In 2010, I was personally more interested in the biceps as an anchor spot, with a short tether to the head if needed. This could hold most of heavier and the hotter parts away from the head and neck with a lot of surface area to radiate the heat away. Biometric sensors on the arms could also potentially detect hand gestures, similar to how Meta is reportedly using the Control+Labs devices to read hand gestures from the wrist. Back in 2010 it was the “Myo” band that Google later acquired through North, Inc. But it’s also reasonable for product designers to say “no wires,” not even short ones.

Focus

Because so many adults require correction for near or far vision, an all-day wearable form-factor typically needs needs to magnify and focus the real world for us, even when it’s powered down. Minimally, that means the lenses need to carry custom prescription optics. One company that Snap acquired for its waveguides had previously announced a partnership to embed these light-bending optics into functional prescription lenses, which is quite hard.

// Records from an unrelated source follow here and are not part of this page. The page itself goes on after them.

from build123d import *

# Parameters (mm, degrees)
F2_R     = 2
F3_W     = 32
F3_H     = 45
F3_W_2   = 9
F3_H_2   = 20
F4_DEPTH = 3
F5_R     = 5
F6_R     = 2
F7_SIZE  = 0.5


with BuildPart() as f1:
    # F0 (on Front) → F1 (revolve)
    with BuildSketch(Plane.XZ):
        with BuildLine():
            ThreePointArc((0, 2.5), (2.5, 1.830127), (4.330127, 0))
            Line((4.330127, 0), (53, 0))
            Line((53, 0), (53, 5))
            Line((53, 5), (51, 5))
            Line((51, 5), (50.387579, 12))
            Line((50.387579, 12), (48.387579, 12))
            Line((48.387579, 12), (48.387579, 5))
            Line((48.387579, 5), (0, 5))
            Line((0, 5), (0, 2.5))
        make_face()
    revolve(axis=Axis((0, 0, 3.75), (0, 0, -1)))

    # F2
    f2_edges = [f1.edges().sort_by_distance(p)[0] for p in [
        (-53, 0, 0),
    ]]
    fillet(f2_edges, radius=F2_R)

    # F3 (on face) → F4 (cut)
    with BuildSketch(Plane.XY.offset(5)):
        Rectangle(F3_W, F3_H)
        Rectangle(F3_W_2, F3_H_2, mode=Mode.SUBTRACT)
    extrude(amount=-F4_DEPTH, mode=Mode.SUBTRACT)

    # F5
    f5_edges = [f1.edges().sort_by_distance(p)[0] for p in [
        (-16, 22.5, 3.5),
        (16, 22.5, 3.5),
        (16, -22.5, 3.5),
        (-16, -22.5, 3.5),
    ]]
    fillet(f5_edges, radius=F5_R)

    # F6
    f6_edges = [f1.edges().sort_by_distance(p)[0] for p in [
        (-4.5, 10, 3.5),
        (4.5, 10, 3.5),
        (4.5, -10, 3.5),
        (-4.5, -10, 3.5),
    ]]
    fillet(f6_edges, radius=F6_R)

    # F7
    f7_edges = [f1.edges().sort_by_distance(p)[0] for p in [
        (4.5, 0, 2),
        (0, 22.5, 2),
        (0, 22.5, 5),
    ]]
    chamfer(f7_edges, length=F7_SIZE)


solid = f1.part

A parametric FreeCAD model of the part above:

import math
import FreeCAD as App
import Part
import Sketcher
Q = App.Units.Quantity


def edges_at(feature, points):
    """Names of the edges that pass closest to the given points."""
    edges = feature.Shape.Edges
    near = lambda p: min(range(len(edges)), key=lambda i: edges[i].distToShape(Part.Vertex(*p))[0])
    return sorted({f"Edge{near(p) + 1}" for p in points})

doc = App.newDocument("Part")
params = doc.addObject("Spreadsheet::Sheet", "Params")
for row, (alias, value) in enumerate([
    ("sketch1_radius", "5 mm"),
    ("sketch1_width", "2 mm"),
    ("sketch1_height", "5 mm"),
    ("sketch1_height2", "7 mm"),
    ("sketch1_height3", "2.5 mm"),
    ("revolution_angle", "360 deg"),
    ("fillet_radius", "2 mm"),
    ("sketch2_width", "32 mm"),
    ("sketch2_width2", "9 mm"),
    ("sketch2_height", "45 mm"),
    ("sketch2_height2", "20 mm"),
    ("pocket1_length", "3 mm"),
    ("fillet2_radius", "5 mm"),
    ("fillet3_radius", "2 mm"),
    ("chamfer_size", "0.5 mm"),
], start=1):
    params.set(f"A{row}", alias)
    params.set(f"B{row}", "=" + value)
    params.setAlias(f"B{row}", alias)

body = doc.addObject("PartDesign::Body", "Body")

# Sketch on XZ plane
sketch1 = body.newObject("Sketcher::SketchObject", "Sketch")
sketch1.AttachmentSupport = (doc.getObject("XZ_Plane"), [""])
sketch1.MapMode = "FlatFace"
sketch1.addGeometry([
    Part.ArcOfCircle(Part.Circle(App.Vector(0, -2.5, 0), App.Vector(0, 0, 1), 5), math.radians(30), math.radians(89.999999)),  # 0
    Part.LineSegment(App.Vector(4.330127, 0, 0), App.Vector(53, 0, 0)),  # 1
    Part.LineSegment(App.Vector(53, 0, 0), App.Vector(53, 5, 0)),  # 2
    Part.LineSegment(App.Vector(53, 5, 0), App.Vector(51, 5, 0)),  # 3
    Part.LineSegment(App.Vector(51, 5, 0), App.Vector(50.387579, 12, 0)),  # 4
    Part.LineSegment(App.Vector(50.387579, 12, 0), App.Vector(48.387579, 12, 0)),  # 5
    Part.LineSegment(App.Vector(48.387579, 12, 0), App.Vector(48.387579, 5, 0)),  # 6
    Part.LineSegment(App.Vector(48.387579, 5, 0), App.Vector(0, 5, 0)),  # 7
    Part.LineSegment(App.Vector(0, 5, 0), App.Vector(0, 2.5, 0)),  # 8
], False)
sketch1.addConstraint([
    Sketcher.Constraint("Coincident", 0, 1, 1, 1),
    Sketcher.Constraint("Coincident", 1, 2, 2, 1),
    Sketcher.Constraint("Coincident", 2, 2, 3, 1),
    Sketcher.Constraint("Coincident", 3, 2, 4, 1),
    Sketcher.Constraint("Coincident", 4, 2, 5, 1),
    Sketcher.Constraint("Coincident", 5, 2, 6, 1),
    Sketcher.Constraint("Coincident", 6, 2, 7, 1),
    Sketcher.Constraint("Coincident", 7, 2, 8, 1),
    Sketcher.Constraint("Coincident", 8, 2, 0, 2),
    Sketcher.Constraint("Horizontal", 1),
    Sketcher.Constraint("Vertical", 2),
    Sketcher.Constraint("Horizontal", 3),
    Sketcher.Constraint("Horizontal", 5),
    Sketcher.Constraint("Vertical", 6),
    Sketcher.Constraint("Horizontal", 7),
    Sketcher.Constraint("Vertical", 8),
    Sketcher.Constraint("PointOnObject", 0, 3, -2),
    Sketcher.Constraint("PointOnObject", 0, 1, -1),
    Sketcher.Constraint("PointOnObject", 7, 2, -2),
    Sketcher.Constraint("Horizontal", 3, 2, 6, 2),
    Sketcher.Constraint("Equal", 3, 5),
    Sketcher.Constraint("Radius", 0, 5.0),
    Sketcher.Constraint("DistanceX", 3, 2, 3, 1, 2.0),
    Sketcher.Constraint("DistanceY", 2, 1, 2, 2, 5.0),
    Sketcher.Constraint("DistanceY", 6, 2, 6, 1, 7.0),
    Sketcher.Constraint("Angle", 4, Q("95.000003 deg")),
    Sketcher.Constraint("DistanceY", 8, 2, 8, 1, 2.5),
    Sketcher.Constraint("DistanceX", -1, 1, 1, 2, 53.0),
])
sketch1.setExpression("Constraints[21]", "Params.sketch1_radius")
sketch1.setExpression("Constraints[22]", "Params.sketch1_width")
sketch1.setExpression("Constraints[23]", "Params.sketch1_height")
sketch1.setExpression("Constraints[24]", "Params.sketch1_height2")
sketch1.setExpression("Constraints[26]", "Params.sketch1_height3")
revolution = body.newObject("PartDesign::Revolution", "Revolution")
revolution.Profile = sketch1
revolution.ReferenceAxis = (sketch1, ["V_Axis"])
revolution.setExpression("Angle", "Params.revolution_angle")
doc.recompute()

fillet = body.newObject("PartDesign::Fillet", "Fillet")
fillet.Base = (revolution, edges_at(revolution, [(-53, 0, 0)]))
fillet.setExpression("Radius", "Params.fillet_radius")

# Sketch on XY plane
sketch2 = body.newObject("Sketcher::SketchObject", "Sketch001")
sketch2.AttachmentSupport = (doc.getObject("XY_Plane"), [""])
sketch2.MapMode = "FlatFace"
sketch2.AttachmentOffset = App.Placement(App.Vector(0, 0, 5), App.Rotation())
sketch2.addGeometry([
    Part.LineSegment(App.Vector(-16, 22.5, 0), App.Vector(-16, -22.5, 0)),  # 0
    Part.LineSegment(App.Vector(-16, -22.5, 0), App.Vector(16, -22.5, 0)),  # 1
    Part.LineSegment(App.Vector(16, -22.5, 0), App.Vector(16, 22.5, 0)),  # 2
    Part.LineSegment(App.Vector(16, 22.5, 0), App.Vector(-16, 22.5, 0)),  # 3
    Part.LineSegment(App.Vector(4.5, -10, 0), App.Vector(-4.5, -10, 0)),  # 4
    Part.LineSegment(App.Vector(-4.5, -10, 0), App.Vector(-4.5, 10, 0)),  # 5
    Part.LineSegment(App.Vector(-4.5, 10, 0), App.Vector(4.5, 10, 0)),  # 6
    Part.LineSegment(App.Vector(4.5, 10, 0), App.Vector(4.5, -10, 0)),  # 7
], False)
sketch2.addConstraint([
    Sketcher.Constraint("Coincident", 0, 2, 1, 1),
    Sketcher.Constraint("Coincident", 1, 2, 2, 1),
    Sketcher.Constraint("Coincident", 2, 2, 3, 1),
    Sketcher.Constraint("Coincident", 3, 2, 0, 1),
    Sketcher.Constraint("Coincident", 4, 2, 5, 1),
    Sketcher.Constraint("Coincident", 5, 2, 6, 1),
    Sketcher.Constraint("Coincident", 6, 2, 7, 1),
    Sketcher.Constraint("Coincident", 7, 2, 4, 1),
    Sketcher.Constraint("Vertical", 0),
    Sketcher.Constraint("Horizontal", 1),
    Sketcher.Constraint("Vertical", 2),
    Sketcher.Constraint("Horizontal", 3),
    Sketcher.Constraint("Horizontal", 4),
    Sketcher.Constraint("Vertical", 5),
    Sketcher.Constraint("Horizontal", 6),
    Sketcher.Constraint("Vertical", 7),
    Sketcher.Constraint("Symmetric", 0, 2, 2, 2, -1, 1),
    Sketcher.Constraint("Symmetric", 4, 2, 6, 2, -1, 1),
    Sketcher.Constraint("DistanceX", 1, 1, 1, 2, 32.0),
    Sketcher.Constraint("DistanceX", 4, 2, 4, 1, 9.0),
    Sketcher.Constraint("DistanceY", 0, 2, 0, 1, 45.0),
    Sketcher.Constraint("DistanceY", 5, 1, 5, 2, 20.0),
])
sketch2.setExpression("Constraints[18]", "Params.sketch2_width")
sketch2.setExpression("Constraints[19]", "Params.sketch2_width2")
sketch2.setExpression("Constraints[20]", "Params.sketch2_height")
sketch2.setExpression("Constraints[21]", "Params.sketch2_height2")
pocket1 = body.newObject("PartDesign::Pocket", "Pocket")
pocket1.Profile = sketch2
pocket1.setExpression("Length", "Params.pocket1_length")
doc.recompute()

fillet2 = body.newObject("PartDesign::Fillet", "Fillet001")
fillet2.Base = (pocket1, edges_at(pocket1, [
    (-16, 22.5, 3.5),
    (16, 22.5, 3.5),
    (16, -22.5, 3.5),
    (-16, -22.5, 3.5),
]))
fillet2.setExpression("Radius", "Params.fillet2_radius")
doc.recompute()

fillet3 = body.newObject("PartDesign::Fillet", "Fillet002")
fillet3.Base = (fillet2, edges_at(fillet2, [
    (-4.5, 10, 3.5),
    (4.5, 10, 3.5),
    (4.5, -10, 3.5),
    (-4.5, -10, 3.5),
]))
fillet3.setExpression("Radius", "Params.fillet3_radius")
doc.recompute()

chamfer = body.newObject("PartDesign::Chamfer", "Chamfer")
chamfer.Base = (fillet3, edges_at(fillet3, [(4.5, 0, 2), (0, 22.5, 2), (0, 22.5, 5)]))
chamfer.setExpression("Size", "Params.chamfer_size")

doc.recompute()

But is one prescription enough? Many adults need glasses only for reading or driving (far vision), meaning they’d need to swap their fancy “all-day” XR glasses out for a different prescription, at least some of the time. So do we have two or three pairs of expensive glasses? Or bifocals, or trifocals that bend light differently depending on where you’re looking? (practical, but not ideal)

I pushed for adjusting optical prescriptions dynamically to make the same pair of glasses viable for reading or driving, even for magnifying fine-print and far away signs. It also makes it easier for friends to try them out. Imagine if your XBox worked only for you and no one else in the room? Not much fun.

The current best approaches to dynamic focus include Alvarez (sliding) and liquid-filled adjustable lenses. Mechanical solutions tend to lower reliability. There is considerable R&D going into stacking special LCDs to change focus electronically. Meta bought a company to do that.

And then there’s also the question of focusing virtual imagery based on one’s current gaze. Avegant and Magic Leap have showed us ways to switch rapidly between two focal distances to simulate a simple light-field display, which is important for seeing “virtual stuff” in proper focus within arm’s reach. I’d earlier worked on a few ways to continuously sweep through focal distances. But commercial displays aren’t yet fast enough in practice.

Tracking your eyes can help process what matters, reduce the computational load, and provide more natural user input too. I became very familiar with eye tracking concerns and alerted policy makers to the risks early on.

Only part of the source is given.